*Exercise objective*
Where the records below have a line with "amount", that line is to be copied.

◆ ◆ ◆ ◆

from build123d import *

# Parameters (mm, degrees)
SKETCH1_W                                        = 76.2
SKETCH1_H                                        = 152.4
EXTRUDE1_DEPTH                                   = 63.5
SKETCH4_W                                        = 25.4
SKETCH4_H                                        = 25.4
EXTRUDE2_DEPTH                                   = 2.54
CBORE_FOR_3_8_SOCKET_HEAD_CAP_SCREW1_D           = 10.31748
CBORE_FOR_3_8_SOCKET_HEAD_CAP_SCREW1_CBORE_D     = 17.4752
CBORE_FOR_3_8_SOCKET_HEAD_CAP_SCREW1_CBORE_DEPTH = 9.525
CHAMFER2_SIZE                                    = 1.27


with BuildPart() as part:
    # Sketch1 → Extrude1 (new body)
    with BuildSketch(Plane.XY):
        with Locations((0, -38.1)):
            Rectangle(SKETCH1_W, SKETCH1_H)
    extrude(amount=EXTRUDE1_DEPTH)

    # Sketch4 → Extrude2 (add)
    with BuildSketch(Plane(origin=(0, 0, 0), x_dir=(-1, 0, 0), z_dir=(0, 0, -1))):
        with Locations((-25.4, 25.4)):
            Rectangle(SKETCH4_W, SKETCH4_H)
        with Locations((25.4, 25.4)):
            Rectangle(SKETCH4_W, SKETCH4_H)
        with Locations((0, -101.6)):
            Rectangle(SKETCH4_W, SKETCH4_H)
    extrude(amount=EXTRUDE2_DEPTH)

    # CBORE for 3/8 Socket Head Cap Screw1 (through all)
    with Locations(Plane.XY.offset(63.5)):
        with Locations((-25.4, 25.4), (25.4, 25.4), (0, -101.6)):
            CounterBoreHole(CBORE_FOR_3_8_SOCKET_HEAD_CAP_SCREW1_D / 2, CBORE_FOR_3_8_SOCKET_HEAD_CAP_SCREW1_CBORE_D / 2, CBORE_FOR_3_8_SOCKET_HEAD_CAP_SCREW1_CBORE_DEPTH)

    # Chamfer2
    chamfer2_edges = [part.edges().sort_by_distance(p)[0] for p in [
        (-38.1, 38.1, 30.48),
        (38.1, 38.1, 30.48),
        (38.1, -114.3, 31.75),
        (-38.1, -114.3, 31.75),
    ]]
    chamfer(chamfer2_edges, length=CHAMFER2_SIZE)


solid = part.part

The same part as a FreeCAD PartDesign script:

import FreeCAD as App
import Part
import Sketcher
Q = App.Units.Quantity


def edges_at(feature, points):
    """Names of the edges that pass closest to the given points."""
    edges = feature.Shape.Edges
    near = lambda p: min(range(len(edges)), key=lambda i: edges[i].distToShape(Part.Vertex(*p))[0])
    return sorted({f"Edge{near(p) + 1}" for p in points})


def add_polygon(sketch, points):
    """Adds a closed chain of lines whose ends are joined by coincident constraints."""
    first, n = sketch.GeometryCount, len(points)
    for a, b in zip(points, points[1:] + points[:1]):
        sketch.addGeometry(Part.LineSegment(App.Vector(*a, 0), App.Vector(*b, 0)), False)
    for i in range(n):
        sketch.addConstraint(Sketcher.Constraint("Coincident", first + i, 2, first + (i + 1) % n, 1))

doc = App.newDocument("Part")
params = doc.addObject("Spreadsheet::Sheet", "Params")
for row, (alias, value) in enumerate([
    ("sketch1_width", "3 in"),
    ("sketch1_height", "6 in"),
    ("pad1_length", "2.5 in"),
    ("sketch2_width", "1 in"),
    ("pad2_length", "0.1 in"),
    ("hole_diameter", "0.4062 in"),
    ("hole_cbore_diameter", "0.688 in"),
    ("hole_cbore_depth", "0.375 in"),
    ("chamfer_size", "0.05 in"),
], start=1):
    params.set(f"A{row}", alias)
    params.set(f"B{row}", "=" + value)
    params.setAlias(f"B{row}", alias)

body = doc.addObject("PartDesign::Body", "Body")

# Sketch on XY plane
sketch1 = doc.addObject("Sketcher::SketchObject", "Sketch")
body.addObject(sketch1)
sketch1.AttachmentSupport = (doc.XY_Plane, [""])
sketch1.MapMode = "FlatFace"
add_polygon(sketch1, [(-38, 38), (-38, -114), (38, -114), (38, 38)])  # lines 0-3
sketch1.addConstraint(Sketcher.Constraint("Vertical", 0))
sketch1.addConstraint(Sketcher.Constraint("Horizontal", 1))
sketch1.addConstraint(Sketcher.Constraint("Vertical", 2))
sketch1.addConstraint(Sketcher.Constraint("Horizontal", 3))
sketch1.addConstraint(Sketcher.Constraint("DistanceX", 1, 1, 1, 2, Q("3 in")))
sketch1.addConstraint(Sketcher.Constraint("DistanceY", 0, 2, 0, 1, Q("6 in")))
sketch1.addConstraint(Sketcher.Constraint("DistanceX", 0, 2, -1, 1, Q("1.5 in")))
sketch1.addConstraint(Sketcher.Constraint("DistanceY", 0, 2, -1, 1, Q("4.5 in")))
sketch1.setExpression("Constraints[8]", "Params.sketch1_width")
sketch1.setExpression("Constraints[9]", "Params.sketch1_height")
pad1 = doc.addObject("PartDesign::Pad", "Pad")
body.addObject(pad1)
pad1.Profile = sketch1
pad1.setExpression("Length", "Params.pad1_length")

# Sketch on XY plane
sketch2 = doc.addObject("Sketcher::SketchObject", "Sketch001")
body.addObject(sketch2)
sketch2.AttachmentSupport = (doc.XY_Plane, [""])
sketch2.MapMode = "FlatFace"
add_polygon(sketch2, [(38, 38), (38, 13), (13, 13), (13, 38)])  # lines 0-3
add_polygon(sketch2, [(-13, 38), (-13, 13), (-38, 13), (-38, 38)])  # lines 4-7
add_polygon(sketch2, [(13, -89), (13, -114), (-13, -114), (-13, -89)])  # lines 8-11
sketch2.addConstraint(Sketcher.Constraint("Vertical", 0))
sketch2.addConstraint(Sketcher.Constraint("Horizontal", 1))
sketch2.addConstraint(Sketcher.Constraint("Vertical", 2))
sketch2.addConstraint(Sketcher.Constraint("Horizontal", 3))
sketch2.addConstraint(Sketcher.Constraint("Vertical", 4))
sketch2.addConstraint(Sketcher.Constraint("Horizontal", 5))
sketch2.addConstraint(Sketcher.Constraint("Vertical", 6))
sketch2.addConstraint(Sketcher.Constraint("Horizontal", 7))
sketch2.addConstraint(Sketcher.Constraint("Vertical", 8))
sketch2.addConstraint(Sketcher.Constraint("Horizontal", 9))
sketch2.addConstraint(Sketcher.Constraint("Vertical", 10))
sketch2.addConstraint(Sketcher.Constraint("Horizontal", 11))
sketch2.addConstraint(Sketcher.Constraint("Symmetric", 1, 2, 4, 2, -2))
sketch2.addConstraint(Sketcher.Constraint("Symmetric", 3, 2, 6, 2, -2))
sketch2.addConstraint(Sketcher.Constraint("Vertical", 2, 2, 8, 2))
sketch2.addConstraint(Sketcher.Constraint("Vertical", 7, 2, 9, 2))
sketch2.addConstraint(Sketcher.Constraint("Equal", 7, 9))
sketch2.addConstraint(Sketcher.Constraint("Equal", 11, 0))
sketch2.addConstraint(Sketcher.Constraint("Equal", 6, 8))
sketch2.addConstraint(Sketcher.Constraint("DistanceX", 1, 2, 1, 1, Q("1 in")))
sketch2.addConstraint(Sketcher.Constraint("DistanceY", 8, 2, 1, 2, Q("5 in")))
sketch2.addConstraint(Sketcher.Constraint("DistanceY", -1, 1, 0, 2, Q("0.5 in")))
sketch2.setExpression("Constraints[31]", "Params.sketch2_width")
pad2 = doc.addObject("PartDesign::Pad", "Pad001")
body.addObject(pad2)
pad2.Profile = sketch2
pad2.setExpression("Length", "Params.pad2_length")
pad2.Reversed = True

# Sketch on XY plane
sketch3 = doc.addObject("Sketcher::SketchObject", "Sketch002")
body.addObject(sketch3)
sketch3.AttachmentSupport = (doc.XY_Plane, [""])
sketch3.MapMode = "FlatFace"
sketch3.AttachmentOffset = App.Placement(App.Vector(0, 0, 2.5 * 25.4), App.Rotation())
sketch3.addGeometry(Part.Circle(App.Vector(-25, 25, 0), App.Vector(0, 0, 1), 5), False)
sketch3.addGeometry(Part.Circle(App.Vector(25, 25, 0), App.Vector(0, 0, 1), 5), False)
sketch3.addGeometry(Part.Circle(App.Vector(0, -102, 0), App.Vector(0, 0, 1), 5), False)
sketch3.addConstraint(Sketcher.Constraint("Equal", 0, 1))
sketch3.addConstraint(Sketcher.Constraint("Equal", 1, 2))
sketch3.addConstraint(Sketcher.Constraint("Symmetric", 0, 3, 1, 3, -2))
sketch3.addConstraint(Sketcher.Constraint("PointOnObject", 2, 3, -2))
sketch3.addConstraint(Sketcher.Constraint("DistanceX", 0, 3, -1, 1, Q("1 in")))
sketch3.addConstraint(Sketcher.Constraint("DistanceY", -1, 1, 0, 3, Q("1 in")))
sketch3.addConstraint(Sketcher.Constraint("DistanceY", 2, 3, -1, 1, Q("4 in")))
sketch3.addConstraint(Sketcher.Constraint("Diameter", 0, Q("0.4062 in")))
doc.recompute()
hole = doc.addObject("PartDesign::Hole", "Hole")
body.addObject(hole)
hole.Profile = sketch3
hole.ThreadType = "None"
hole.setExpression("Diameter", "Params.hole_diameter")
hole.DepthType = "ThroughAll"
hole.HoleCutType = "Counterbore"
hole.setExpression("HoleCutDiameter", "Params.hole_cbore_diameter")
hole.setExpression("HoleCutDepth", "Params.hole_cbore_depth")
doc.recompute()

chamfer = doc.addObject("PartDesign::Chamfer", "Chamfer")
body.addObject(chamfer)
chamfer.Base = (hole, edges_at(hole, [
    (-38.1, 38.1, 30.48),
    (38.1, 38.1, 30.48),
    (38.1, -114.3, 31.75),
    (-38.1, -114.3, 31.75),
]))
chamfer.setExpression("Size", "Params.chamfer_size")

doc.recompute()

◆ ◆ ◆ ◆

*Result of this task*
    extrude(amount=EXTRUDE1_DEPTH)
    extrude(amount=EXTRUDE2_DEPTH)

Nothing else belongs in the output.